- [Input records]:
********************

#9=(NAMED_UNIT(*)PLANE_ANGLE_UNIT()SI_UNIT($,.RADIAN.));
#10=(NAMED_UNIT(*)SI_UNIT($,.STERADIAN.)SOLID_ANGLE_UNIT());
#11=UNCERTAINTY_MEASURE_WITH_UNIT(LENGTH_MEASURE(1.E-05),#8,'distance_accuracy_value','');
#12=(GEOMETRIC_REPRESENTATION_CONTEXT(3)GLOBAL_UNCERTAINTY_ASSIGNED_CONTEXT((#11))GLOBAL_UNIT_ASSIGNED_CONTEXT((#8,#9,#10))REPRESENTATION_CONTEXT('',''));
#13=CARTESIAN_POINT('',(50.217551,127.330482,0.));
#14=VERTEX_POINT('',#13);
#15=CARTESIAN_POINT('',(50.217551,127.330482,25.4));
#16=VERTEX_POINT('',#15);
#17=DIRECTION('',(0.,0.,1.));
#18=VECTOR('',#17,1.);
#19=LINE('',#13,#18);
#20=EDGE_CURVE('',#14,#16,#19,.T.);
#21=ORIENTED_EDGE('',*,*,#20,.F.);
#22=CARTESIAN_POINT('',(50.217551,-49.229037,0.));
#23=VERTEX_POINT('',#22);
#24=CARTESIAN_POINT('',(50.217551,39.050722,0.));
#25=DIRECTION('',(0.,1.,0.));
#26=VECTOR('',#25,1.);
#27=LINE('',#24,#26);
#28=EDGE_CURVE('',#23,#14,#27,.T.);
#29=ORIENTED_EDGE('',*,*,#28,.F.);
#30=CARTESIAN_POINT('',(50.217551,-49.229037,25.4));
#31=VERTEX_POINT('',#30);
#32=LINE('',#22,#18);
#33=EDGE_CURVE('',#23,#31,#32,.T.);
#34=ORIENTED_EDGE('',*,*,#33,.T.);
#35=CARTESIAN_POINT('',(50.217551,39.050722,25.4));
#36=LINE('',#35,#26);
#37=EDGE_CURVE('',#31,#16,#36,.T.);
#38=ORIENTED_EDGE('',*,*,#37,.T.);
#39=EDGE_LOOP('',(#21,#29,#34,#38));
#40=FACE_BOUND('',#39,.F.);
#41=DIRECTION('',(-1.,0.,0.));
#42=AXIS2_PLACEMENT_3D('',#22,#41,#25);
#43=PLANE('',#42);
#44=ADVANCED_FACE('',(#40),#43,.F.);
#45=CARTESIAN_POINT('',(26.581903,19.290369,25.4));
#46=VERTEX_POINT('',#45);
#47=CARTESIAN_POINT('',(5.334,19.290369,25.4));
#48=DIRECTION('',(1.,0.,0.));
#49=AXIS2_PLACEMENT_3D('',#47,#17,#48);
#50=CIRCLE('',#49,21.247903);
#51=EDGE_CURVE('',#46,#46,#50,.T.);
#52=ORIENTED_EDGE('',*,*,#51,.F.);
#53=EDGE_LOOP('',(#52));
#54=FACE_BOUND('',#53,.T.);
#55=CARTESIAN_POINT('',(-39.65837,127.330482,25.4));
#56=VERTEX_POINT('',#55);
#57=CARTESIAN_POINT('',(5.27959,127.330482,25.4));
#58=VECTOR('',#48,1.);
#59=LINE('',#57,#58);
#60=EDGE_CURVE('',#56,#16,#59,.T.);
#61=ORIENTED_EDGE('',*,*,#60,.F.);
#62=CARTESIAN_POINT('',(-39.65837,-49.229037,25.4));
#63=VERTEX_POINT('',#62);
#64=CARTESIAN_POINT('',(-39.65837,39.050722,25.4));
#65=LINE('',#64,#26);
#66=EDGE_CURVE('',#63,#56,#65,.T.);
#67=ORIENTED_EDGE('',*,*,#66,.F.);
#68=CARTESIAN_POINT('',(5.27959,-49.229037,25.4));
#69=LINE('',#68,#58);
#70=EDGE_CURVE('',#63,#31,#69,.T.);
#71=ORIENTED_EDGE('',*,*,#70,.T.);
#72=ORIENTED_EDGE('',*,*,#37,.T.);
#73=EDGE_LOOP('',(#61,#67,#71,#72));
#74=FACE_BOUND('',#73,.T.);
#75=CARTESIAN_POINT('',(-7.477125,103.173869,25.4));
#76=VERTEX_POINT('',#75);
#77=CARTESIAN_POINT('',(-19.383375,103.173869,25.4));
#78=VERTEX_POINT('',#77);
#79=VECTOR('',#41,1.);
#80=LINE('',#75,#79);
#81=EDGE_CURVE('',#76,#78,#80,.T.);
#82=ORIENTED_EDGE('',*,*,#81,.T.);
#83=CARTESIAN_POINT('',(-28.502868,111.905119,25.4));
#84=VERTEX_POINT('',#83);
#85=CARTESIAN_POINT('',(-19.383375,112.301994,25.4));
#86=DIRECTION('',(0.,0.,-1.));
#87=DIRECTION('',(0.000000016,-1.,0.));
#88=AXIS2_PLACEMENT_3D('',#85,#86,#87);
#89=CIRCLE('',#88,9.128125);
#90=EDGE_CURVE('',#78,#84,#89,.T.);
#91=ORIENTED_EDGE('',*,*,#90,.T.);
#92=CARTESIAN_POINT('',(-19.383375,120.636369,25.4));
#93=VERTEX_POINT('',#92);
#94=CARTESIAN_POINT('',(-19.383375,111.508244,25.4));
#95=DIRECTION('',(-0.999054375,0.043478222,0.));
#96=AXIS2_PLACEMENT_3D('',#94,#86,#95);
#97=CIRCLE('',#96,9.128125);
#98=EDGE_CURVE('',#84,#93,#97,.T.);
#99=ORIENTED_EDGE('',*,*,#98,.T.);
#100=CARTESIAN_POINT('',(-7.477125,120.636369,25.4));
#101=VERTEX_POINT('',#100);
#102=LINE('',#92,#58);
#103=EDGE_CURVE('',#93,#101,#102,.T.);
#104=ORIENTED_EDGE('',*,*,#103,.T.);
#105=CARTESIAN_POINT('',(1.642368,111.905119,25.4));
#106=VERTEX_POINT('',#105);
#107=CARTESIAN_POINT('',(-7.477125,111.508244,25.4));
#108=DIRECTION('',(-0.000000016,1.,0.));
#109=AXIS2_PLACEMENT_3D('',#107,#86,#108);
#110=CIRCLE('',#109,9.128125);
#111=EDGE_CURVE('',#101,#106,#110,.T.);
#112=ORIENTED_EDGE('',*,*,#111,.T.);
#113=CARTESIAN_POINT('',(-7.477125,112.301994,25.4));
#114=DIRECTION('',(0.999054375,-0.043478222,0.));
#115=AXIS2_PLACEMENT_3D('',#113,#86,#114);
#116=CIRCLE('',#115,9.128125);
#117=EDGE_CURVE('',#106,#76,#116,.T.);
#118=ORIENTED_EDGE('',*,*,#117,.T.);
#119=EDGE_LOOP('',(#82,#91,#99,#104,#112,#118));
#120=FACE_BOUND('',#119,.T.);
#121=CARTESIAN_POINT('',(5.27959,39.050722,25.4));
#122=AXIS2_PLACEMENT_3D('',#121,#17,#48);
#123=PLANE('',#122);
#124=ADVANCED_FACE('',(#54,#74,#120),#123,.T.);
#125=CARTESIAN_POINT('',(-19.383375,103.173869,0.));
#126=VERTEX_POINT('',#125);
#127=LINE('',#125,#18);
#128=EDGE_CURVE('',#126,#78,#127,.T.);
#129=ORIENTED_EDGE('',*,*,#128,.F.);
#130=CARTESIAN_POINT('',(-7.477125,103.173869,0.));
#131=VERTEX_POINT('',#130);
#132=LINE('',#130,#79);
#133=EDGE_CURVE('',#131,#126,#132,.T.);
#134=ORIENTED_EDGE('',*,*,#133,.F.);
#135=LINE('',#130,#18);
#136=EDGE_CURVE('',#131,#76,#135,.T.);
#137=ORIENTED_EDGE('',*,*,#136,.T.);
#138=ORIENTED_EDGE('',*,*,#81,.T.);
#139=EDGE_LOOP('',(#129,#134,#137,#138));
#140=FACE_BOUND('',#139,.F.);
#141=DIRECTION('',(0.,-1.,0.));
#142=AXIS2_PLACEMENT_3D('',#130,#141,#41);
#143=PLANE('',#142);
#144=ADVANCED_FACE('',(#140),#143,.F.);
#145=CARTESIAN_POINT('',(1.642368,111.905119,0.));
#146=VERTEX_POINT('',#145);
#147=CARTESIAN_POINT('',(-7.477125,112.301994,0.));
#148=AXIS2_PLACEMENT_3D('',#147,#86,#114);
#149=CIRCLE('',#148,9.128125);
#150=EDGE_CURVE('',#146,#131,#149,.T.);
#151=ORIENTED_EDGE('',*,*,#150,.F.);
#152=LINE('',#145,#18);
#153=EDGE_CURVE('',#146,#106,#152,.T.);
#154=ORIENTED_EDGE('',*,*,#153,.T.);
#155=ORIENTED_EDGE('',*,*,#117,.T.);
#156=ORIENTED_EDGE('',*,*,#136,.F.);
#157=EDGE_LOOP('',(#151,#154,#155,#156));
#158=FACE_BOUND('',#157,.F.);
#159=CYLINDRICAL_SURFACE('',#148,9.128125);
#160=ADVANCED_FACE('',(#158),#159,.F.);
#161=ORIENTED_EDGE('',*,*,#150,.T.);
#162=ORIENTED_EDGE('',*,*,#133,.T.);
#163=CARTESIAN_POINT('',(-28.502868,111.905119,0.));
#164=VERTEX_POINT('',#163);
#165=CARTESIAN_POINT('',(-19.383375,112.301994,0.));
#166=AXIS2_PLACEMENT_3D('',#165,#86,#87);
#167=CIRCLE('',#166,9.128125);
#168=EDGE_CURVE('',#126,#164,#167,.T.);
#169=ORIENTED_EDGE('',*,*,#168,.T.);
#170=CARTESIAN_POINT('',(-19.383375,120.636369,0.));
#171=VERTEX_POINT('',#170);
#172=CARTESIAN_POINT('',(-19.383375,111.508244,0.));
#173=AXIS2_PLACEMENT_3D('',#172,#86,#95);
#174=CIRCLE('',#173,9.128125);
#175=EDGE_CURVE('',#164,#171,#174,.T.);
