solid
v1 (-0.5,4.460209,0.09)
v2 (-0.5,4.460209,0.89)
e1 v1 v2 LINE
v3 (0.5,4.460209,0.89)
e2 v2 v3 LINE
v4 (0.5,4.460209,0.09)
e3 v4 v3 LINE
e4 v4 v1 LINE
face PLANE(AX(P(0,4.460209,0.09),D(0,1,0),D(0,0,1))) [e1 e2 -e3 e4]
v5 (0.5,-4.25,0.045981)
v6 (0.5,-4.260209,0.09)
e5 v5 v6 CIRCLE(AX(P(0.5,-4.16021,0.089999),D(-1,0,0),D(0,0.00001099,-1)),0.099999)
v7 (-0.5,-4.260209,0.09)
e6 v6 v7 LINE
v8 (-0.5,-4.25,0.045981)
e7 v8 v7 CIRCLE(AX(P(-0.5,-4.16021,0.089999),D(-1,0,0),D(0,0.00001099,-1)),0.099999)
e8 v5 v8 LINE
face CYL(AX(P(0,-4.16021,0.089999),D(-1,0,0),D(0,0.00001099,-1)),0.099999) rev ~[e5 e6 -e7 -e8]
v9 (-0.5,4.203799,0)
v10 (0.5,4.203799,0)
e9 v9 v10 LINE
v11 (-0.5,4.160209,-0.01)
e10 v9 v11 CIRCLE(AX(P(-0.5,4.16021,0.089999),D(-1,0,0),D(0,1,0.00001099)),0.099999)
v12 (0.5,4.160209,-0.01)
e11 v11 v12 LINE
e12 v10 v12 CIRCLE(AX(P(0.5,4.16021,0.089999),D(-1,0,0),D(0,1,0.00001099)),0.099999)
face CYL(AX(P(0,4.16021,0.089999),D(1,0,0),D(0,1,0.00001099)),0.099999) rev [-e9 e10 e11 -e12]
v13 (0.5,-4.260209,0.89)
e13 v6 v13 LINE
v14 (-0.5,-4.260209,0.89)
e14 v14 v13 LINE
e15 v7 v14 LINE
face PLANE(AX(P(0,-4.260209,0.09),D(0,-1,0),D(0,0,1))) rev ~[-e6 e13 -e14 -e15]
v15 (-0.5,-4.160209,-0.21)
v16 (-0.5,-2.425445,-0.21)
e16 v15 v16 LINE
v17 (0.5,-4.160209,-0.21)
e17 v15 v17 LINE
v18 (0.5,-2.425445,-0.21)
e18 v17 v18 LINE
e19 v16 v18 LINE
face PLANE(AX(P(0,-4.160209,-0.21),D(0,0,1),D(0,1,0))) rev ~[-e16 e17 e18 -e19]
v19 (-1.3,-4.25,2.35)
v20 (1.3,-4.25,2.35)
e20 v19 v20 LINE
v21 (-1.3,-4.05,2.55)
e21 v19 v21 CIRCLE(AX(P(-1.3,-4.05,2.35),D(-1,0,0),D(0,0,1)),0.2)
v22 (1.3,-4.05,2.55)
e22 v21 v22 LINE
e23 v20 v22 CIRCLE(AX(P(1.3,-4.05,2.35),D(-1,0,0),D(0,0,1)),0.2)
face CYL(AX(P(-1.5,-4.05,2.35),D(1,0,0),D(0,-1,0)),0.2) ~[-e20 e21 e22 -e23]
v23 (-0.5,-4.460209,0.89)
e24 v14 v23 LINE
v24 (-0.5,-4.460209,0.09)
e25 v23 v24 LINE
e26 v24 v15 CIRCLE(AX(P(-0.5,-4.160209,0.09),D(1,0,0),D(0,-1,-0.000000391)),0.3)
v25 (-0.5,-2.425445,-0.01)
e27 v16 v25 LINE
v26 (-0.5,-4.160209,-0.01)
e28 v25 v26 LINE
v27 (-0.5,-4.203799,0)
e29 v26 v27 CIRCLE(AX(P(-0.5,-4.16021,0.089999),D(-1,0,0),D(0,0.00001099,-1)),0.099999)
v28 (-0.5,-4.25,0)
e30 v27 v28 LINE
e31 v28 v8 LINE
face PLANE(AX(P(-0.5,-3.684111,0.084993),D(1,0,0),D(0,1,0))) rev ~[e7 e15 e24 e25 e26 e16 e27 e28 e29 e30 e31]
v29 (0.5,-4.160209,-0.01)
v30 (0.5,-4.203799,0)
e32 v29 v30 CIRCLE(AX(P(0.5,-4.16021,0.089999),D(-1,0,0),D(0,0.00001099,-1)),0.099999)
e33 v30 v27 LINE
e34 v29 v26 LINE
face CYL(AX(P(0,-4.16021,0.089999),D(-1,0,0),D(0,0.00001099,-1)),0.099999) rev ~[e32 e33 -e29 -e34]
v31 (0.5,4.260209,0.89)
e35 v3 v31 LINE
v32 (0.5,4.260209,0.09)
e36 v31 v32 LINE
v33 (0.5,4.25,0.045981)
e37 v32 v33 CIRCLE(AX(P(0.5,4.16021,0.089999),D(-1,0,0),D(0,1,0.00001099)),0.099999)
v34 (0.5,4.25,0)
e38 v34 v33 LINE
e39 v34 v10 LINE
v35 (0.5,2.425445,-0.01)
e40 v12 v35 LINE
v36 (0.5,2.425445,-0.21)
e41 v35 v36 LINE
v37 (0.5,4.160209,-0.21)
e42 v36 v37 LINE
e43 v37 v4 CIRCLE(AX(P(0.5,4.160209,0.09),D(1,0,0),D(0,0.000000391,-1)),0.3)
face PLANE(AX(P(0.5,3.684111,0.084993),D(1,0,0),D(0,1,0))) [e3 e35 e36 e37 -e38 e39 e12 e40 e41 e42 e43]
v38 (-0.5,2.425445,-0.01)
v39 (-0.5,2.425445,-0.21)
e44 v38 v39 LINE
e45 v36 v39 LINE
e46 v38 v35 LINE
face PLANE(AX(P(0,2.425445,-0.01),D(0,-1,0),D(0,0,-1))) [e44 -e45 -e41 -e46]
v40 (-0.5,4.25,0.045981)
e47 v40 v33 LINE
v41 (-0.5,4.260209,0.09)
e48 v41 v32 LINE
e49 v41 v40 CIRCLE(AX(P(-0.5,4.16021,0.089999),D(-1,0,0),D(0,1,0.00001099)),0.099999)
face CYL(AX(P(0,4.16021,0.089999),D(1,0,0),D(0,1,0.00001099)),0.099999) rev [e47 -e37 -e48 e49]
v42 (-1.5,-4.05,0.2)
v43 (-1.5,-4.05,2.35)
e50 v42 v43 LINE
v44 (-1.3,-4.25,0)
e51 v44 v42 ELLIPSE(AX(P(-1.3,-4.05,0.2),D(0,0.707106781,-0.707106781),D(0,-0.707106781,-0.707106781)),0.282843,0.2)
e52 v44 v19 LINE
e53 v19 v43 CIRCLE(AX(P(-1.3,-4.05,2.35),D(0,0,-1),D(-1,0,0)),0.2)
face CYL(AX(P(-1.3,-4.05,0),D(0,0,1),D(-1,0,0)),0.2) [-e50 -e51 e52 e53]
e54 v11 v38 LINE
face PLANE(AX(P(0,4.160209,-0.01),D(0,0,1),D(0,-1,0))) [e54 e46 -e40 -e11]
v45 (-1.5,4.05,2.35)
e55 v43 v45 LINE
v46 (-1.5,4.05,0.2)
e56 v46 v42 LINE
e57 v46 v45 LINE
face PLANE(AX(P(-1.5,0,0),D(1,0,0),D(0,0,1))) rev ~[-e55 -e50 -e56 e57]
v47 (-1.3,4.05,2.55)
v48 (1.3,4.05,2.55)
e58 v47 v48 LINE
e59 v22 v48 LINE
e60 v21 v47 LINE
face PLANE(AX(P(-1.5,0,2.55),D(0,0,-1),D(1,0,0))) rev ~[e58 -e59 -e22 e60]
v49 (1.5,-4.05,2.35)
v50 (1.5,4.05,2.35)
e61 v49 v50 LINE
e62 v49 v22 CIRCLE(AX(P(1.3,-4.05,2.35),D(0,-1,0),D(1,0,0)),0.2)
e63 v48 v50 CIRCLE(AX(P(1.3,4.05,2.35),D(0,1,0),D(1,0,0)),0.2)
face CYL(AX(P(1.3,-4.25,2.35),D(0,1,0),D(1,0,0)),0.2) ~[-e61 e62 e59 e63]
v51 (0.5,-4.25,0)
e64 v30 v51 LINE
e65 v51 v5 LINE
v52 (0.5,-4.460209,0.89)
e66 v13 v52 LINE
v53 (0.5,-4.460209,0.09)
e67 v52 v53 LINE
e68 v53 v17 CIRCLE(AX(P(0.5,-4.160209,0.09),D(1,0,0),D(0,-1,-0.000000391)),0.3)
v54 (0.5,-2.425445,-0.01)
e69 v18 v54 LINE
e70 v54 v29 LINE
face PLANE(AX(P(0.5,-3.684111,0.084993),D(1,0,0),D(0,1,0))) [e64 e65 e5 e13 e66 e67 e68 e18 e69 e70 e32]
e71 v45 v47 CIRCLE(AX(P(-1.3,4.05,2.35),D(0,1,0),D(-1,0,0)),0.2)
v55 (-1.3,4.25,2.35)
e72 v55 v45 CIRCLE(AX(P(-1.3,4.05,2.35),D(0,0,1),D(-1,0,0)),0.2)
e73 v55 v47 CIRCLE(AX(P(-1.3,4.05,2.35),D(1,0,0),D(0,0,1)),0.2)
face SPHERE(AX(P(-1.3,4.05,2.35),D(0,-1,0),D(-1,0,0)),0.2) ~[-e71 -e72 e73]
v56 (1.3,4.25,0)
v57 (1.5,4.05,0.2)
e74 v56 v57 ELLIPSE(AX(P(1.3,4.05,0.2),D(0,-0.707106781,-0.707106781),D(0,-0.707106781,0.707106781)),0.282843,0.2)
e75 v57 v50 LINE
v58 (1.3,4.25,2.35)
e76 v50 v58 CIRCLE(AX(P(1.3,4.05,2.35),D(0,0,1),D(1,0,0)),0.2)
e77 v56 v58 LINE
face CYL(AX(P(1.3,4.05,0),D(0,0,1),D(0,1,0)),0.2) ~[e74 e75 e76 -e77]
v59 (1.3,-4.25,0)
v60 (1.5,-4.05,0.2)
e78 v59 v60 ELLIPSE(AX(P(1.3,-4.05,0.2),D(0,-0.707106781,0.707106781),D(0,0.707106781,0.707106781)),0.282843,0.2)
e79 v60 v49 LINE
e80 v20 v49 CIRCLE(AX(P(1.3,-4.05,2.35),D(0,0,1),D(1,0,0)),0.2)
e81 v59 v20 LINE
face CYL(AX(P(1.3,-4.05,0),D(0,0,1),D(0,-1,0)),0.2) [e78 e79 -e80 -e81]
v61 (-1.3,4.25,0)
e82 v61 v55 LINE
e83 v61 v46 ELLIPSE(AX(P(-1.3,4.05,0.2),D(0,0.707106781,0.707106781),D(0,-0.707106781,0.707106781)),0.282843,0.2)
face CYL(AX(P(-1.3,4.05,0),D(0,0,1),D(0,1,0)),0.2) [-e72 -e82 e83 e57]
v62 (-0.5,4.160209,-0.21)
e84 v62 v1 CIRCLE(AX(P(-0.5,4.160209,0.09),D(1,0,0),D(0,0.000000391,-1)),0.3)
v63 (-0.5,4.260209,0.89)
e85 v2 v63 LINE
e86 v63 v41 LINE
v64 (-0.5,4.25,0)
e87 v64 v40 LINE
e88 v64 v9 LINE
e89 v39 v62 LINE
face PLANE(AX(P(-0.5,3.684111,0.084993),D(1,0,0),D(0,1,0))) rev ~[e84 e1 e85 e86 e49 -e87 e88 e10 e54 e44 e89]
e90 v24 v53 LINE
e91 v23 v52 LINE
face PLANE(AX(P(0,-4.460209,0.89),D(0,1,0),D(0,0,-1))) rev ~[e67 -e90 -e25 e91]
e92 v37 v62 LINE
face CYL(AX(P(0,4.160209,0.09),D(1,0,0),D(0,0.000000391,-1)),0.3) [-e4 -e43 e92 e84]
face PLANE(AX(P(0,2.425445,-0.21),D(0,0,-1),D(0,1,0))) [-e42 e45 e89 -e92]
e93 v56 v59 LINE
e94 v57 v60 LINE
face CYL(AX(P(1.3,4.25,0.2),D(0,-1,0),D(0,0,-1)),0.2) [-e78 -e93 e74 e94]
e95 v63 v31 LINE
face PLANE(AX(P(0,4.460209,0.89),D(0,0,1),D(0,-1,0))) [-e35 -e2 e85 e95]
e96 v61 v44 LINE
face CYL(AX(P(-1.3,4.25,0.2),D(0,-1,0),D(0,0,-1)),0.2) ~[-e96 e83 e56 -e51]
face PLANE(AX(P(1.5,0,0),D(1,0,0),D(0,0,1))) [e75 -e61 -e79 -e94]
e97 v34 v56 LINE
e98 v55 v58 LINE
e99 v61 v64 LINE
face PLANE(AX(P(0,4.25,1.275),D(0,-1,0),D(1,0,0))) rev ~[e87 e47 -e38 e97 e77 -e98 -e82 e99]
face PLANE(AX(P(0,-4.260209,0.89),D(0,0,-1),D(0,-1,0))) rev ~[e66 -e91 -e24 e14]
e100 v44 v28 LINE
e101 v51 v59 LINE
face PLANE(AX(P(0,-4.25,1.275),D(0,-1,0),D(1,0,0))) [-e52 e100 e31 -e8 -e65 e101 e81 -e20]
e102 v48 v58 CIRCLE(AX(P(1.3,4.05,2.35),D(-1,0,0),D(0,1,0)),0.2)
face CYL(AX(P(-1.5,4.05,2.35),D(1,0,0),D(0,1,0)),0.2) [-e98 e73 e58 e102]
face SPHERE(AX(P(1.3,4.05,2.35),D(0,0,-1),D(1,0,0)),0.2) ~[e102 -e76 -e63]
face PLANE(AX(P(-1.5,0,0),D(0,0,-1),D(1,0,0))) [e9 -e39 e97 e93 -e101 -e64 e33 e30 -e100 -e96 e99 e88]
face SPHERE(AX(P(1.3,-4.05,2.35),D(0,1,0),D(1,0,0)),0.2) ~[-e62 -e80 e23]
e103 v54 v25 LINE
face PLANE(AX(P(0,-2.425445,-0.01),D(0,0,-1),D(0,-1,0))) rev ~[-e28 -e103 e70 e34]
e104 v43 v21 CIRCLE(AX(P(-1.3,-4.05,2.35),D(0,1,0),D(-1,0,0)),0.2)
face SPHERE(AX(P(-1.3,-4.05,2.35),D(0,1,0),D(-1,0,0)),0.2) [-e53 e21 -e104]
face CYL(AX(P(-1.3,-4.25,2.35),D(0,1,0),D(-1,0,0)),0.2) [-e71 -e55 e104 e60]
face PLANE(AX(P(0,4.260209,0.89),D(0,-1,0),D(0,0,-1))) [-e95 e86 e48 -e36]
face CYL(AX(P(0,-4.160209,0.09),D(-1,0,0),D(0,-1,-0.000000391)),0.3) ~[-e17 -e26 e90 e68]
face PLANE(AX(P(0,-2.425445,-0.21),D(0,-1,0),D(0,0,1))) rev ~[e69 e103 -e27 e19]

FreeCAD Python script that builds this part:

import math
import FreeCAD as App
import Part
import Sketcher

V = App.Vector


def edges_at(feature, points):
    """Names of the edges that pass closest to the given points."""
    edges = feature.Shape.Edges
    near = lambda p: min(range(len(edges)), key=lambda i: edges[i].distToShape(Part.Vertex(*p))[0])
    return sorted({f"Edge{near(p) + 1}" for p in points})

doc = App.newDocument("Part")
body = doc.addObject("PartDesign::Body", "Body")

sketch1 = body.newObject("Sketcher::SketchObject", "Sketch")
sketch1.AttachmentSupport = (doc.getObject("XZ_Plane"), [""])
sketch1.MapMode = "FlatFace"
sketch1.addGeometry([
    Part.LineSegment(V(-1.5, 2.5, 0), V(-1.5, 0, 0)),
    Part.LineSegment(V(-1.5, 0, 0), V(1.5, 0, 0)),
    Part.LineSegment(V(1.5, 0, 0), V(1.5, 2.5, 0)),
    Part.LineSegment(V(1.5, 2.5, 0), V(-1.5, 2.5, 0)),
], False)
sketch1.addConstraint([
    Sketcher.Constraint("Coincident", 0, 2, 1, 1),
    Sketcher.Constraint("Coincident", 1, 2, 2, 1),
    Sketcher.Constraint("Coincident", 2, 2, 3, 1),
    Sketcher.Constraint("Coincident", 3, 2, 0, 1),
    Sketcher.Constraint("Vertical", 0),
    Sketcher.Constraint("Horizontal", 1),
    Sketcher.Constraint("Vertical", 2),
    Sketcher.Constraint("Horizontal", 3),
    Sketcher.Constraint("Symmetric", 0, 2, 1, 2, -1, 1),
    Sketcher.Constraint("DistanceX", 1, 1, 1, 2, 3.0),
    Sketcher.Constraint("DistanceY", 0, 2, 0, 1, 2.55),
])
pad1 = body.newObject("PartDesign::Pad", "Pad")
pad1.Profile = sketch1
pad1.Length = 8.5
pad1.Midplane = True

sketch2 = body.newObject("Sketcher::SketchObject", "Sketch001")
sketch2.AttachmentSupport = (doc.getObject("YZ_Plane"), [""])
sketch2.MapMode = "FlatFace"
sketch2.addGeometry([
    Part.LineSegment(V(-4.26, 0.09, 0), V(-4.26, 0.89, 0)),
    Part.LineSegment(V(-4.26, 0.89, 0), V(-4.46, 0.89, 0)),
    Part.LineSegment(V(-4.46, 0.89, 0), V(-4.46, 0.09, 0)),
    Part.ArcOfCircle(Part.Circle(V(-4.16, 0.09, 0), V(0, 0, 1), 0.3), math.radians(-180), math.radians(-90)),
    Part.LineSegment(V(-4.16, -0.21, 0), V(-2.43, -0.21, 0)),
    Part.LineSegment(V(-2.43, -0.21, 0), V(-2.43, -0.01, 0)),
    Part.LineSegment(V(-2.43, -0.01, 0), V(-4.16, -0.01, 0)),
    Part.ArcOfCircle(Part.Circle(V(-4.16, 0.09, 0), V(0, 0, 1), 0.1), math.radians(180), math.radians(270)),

********************

- [What you are asked to do]:
In the entries above, find the line holding "face CYL(AX(P(1.3,-4.25,2.35),D(0,1,0),D(1,0,0)),0.2) ~[-e61" and the line holding "e77 v56 v58 LINE", then retype exactly those two lines and every line between them, and nothing else.

- [Output]:
face CYL(AX(P(1.3,-4.25,2.35),D(0,1,0),D(1,0,0)),0.2) ~[-e61 e62 e59 e63]
v51 (0.5,-4.25,0)
e64 v30 v51 LINE
e65 v51 v5 LINE
v52 (0.5,-4.460209,0.89)
e66 v13 v52 LINE
v53 (0.5,-4.460209,0.09)
e67 v52 v53 LINE
e68 v53 v17 CIRCLE(AX(P(0.5,-4.160209,0.09),D(1,0,0),D(0,-1,-0.000000391)),0.3)
v54 (0.5,-2.425445,-0.01)
e69 v18 v54 LINE
e70 v54 v29 LINE
face PLANE(AX(P(0.5,-3.684111,0.084993),D(1,0,0),D(0,1,0))) [e64 e65 e5 e13 e66 e67 e68 e18 e69 e70 e32]
e71 v45 v47 CIRCLE(AX(P(-1.3,4.05,2.35),D(0,1,0),D(-1,0,0)),0.2)
v55 (-1.3,4.25,2.35)
e72 v55 v45 CIRCLE(AX(P(-1.3,4.05,2.35),D(0,0,1),D(-1,0,0)),0.2)
e73 v55 v47 CIRCLE(AX(P(-1.3,4.05,2.35),D(1,0,0),D(0,0,1)),0.2)
face SPHERE(AX(P(-1.3,4.05,2.35),D(0,-1,0),D(-1,0,0)),0.2) ~[-e71 -e72 e73]
v56 (1.3,4.25,0)
v57 (1.5,4.05,0.2)
e74 v56 v57 ELLIPSE(AX(P(1.3,4.05,0.2),D(0,-0.707106781,-0.707106781),D(0,-0.707106781,0.707106781)),0.282843,0.2)
e75 v57 v50 LINE
v58 (1.3,4.25,2.35)
e76 v50 v58 CIRCLE(AX(P(1.3,4.05,2.35),D(0,0,1),D(1,0,0)),0.2)
e77 v56 v58 LINE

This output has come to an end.